■ **TASK TO CARRY OUT**:
What you return should be the lines from the first line of the records below through the line holding "v 2.7626 5.2374 2", unchanged.

Dataset entries:
-*-*-
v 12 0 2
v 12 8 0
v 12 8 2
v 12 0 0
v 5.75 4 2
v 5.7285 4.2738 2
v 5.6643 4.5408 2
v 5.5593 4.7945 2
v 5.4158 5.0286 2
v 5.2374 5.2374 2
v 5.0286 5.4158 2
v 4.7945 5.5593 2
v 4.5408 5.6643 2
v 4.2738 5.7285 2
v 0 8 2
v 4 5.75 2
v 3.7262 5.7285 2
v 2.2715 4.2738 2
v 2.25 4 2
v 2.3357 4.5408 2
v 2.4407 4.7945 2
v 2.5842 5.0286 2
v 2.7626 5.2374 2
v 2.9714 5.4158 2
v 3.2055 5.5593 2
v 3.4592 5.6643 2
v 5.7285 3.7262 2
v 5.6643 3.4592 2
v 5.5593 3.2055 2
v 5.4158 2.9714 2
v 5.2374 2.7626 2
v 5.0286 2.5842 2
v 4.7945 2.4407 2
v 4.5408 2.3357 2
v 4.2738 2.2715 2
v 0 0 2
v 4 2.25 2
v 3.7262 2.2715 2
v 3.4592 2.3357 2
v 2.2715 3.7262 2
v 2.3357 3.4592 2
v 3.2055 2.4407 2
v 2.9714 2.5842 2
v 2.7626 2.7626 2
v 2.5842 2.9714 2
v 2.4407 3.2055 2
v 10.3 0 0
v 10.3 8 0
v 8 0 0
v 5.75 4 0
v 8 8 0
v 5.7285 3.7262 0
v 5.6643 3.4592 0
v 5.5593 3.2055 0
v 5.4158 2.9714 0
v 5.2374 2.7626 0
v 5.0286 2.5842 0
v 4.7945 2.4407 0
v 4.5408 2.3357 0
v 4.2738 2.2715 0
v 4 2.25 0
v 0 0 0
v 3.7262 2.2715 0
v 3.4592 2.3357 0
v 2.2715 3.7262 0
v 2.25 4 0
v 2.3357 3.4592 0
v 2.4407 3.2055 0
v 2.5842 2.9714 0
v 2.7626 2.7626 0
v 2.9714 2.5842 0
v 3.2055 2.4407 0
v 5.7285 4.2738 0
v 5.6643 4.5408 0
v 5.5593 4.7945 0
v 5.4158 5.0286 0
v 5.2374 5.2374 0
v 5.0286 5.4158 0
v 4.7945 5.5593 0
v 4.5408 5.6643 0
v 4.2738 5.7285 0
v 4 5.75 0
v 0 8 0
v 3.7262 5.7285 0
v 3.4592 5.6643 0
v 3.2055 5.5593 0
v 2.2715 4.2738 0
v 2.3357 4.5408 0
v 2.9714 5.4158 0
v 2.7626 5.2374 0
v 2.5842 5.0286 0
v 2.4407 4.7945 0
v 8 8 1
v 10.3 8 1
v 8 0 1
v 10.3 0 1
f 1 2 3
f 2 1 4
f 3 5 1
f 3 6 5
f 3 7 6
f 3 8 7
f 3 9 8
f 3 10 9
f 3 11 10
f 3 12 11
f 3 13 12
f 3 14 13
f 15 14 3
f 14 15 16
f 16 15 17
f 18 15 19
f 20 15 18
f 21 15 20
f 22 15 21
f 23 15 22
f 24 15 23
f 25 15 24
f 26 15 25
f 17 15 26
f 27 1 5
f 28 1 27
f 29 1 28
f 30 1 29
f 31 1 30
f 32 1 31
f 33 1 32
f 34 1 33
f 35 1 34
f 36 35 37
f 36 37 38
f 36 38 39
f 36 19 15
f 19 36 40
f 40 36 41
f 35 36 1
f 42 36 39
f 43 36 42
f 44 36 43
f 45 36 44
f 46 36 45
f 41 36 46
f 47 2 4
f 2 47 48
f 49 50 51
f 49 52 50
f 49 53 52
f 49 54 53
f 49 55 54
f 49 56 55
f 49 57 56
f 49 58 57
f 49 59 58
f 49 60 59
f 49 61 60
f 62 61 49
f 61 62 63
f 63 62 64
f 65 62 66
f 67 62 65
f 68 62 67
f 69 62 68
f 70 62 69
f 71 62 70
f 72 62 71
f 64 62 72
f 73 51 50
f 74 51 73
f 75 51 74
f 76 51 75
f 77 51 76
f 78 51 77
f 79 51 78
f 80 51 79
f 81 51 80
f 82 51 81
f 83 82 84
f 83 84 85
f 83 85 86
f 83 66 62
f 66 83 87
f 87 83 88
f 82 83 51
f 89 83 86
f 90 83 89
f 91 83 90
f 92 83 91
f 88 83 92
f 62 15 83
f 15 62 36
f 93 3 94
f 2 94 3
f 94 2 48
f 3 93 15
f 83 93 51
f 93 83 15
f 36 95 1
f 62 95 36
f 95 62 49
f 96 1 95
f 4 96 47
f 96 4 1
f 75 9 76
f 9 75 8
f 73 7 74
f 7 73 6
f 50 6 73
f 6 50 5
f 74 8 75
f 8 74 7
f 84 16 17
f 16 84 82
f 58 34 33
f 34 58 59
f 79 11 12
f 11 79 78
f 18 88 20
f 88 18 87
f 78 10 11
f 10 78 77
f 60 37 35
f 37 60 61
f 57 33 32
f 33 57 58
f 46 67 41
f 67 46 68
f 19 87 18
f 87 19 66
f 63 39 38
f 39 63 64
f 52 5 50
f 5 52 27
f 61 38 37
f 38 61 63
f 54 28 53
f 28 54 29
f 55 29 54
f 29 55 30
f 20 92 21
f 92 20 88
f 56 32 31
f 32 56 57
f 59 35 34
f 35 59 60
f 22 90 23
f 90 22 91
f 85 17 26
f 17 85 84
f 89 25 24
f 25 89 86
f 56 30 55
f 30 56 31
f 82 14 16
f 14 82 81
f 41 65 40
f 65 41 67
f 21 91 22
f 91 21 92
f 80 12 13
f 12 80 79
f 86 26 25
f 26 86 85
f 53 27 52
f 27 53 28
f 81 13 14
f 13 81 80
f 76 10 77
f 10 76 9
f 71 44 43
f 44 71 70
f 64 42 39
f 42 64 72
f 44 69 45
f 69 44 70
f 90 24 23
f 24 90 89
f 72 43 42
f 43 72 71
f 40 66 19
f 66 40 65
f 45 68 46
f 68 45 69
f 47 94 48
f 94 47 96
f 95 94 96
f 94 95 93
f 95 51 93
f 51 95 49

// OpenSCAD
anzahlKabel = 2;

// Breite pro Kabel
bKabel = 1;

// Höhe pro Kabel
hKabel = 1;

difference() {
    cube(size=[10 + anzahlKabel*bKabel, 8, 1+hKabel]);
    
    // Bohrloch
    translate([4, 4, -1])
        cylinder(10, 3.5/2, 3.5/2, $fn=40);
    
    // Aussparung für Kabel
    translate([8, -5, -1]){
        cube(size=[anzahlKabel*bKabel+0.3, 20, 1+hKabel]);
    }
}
-*-*-
■ **EXPECTED ANSWER**:
v 12 0 2
v 12 8 0
v 12 8 2
v 12 0 0
v 5.75 4 2
v 5.7285 4.2738 2
v 5.6643 4.5408 2
v 5.5593 4.7945 2
v 5.4158 5.0286 2
v 5.2374 5.2374 2
v 5.0286 5.4158 2
v 4.7945 5.5593 2
v 4.5408 5.6643 2
v 4.2738 5.7285 2
v 0 8 2
v 4 5.75 2
v 3.7262 5.7285 2
v 2.2715 4.2738 2
v 2.25 4 2
v 2.3357 4.5408 2
v 2.4407 4.7945 2
v 2.5842 5.0286 2
v 2.7626 5.2374 2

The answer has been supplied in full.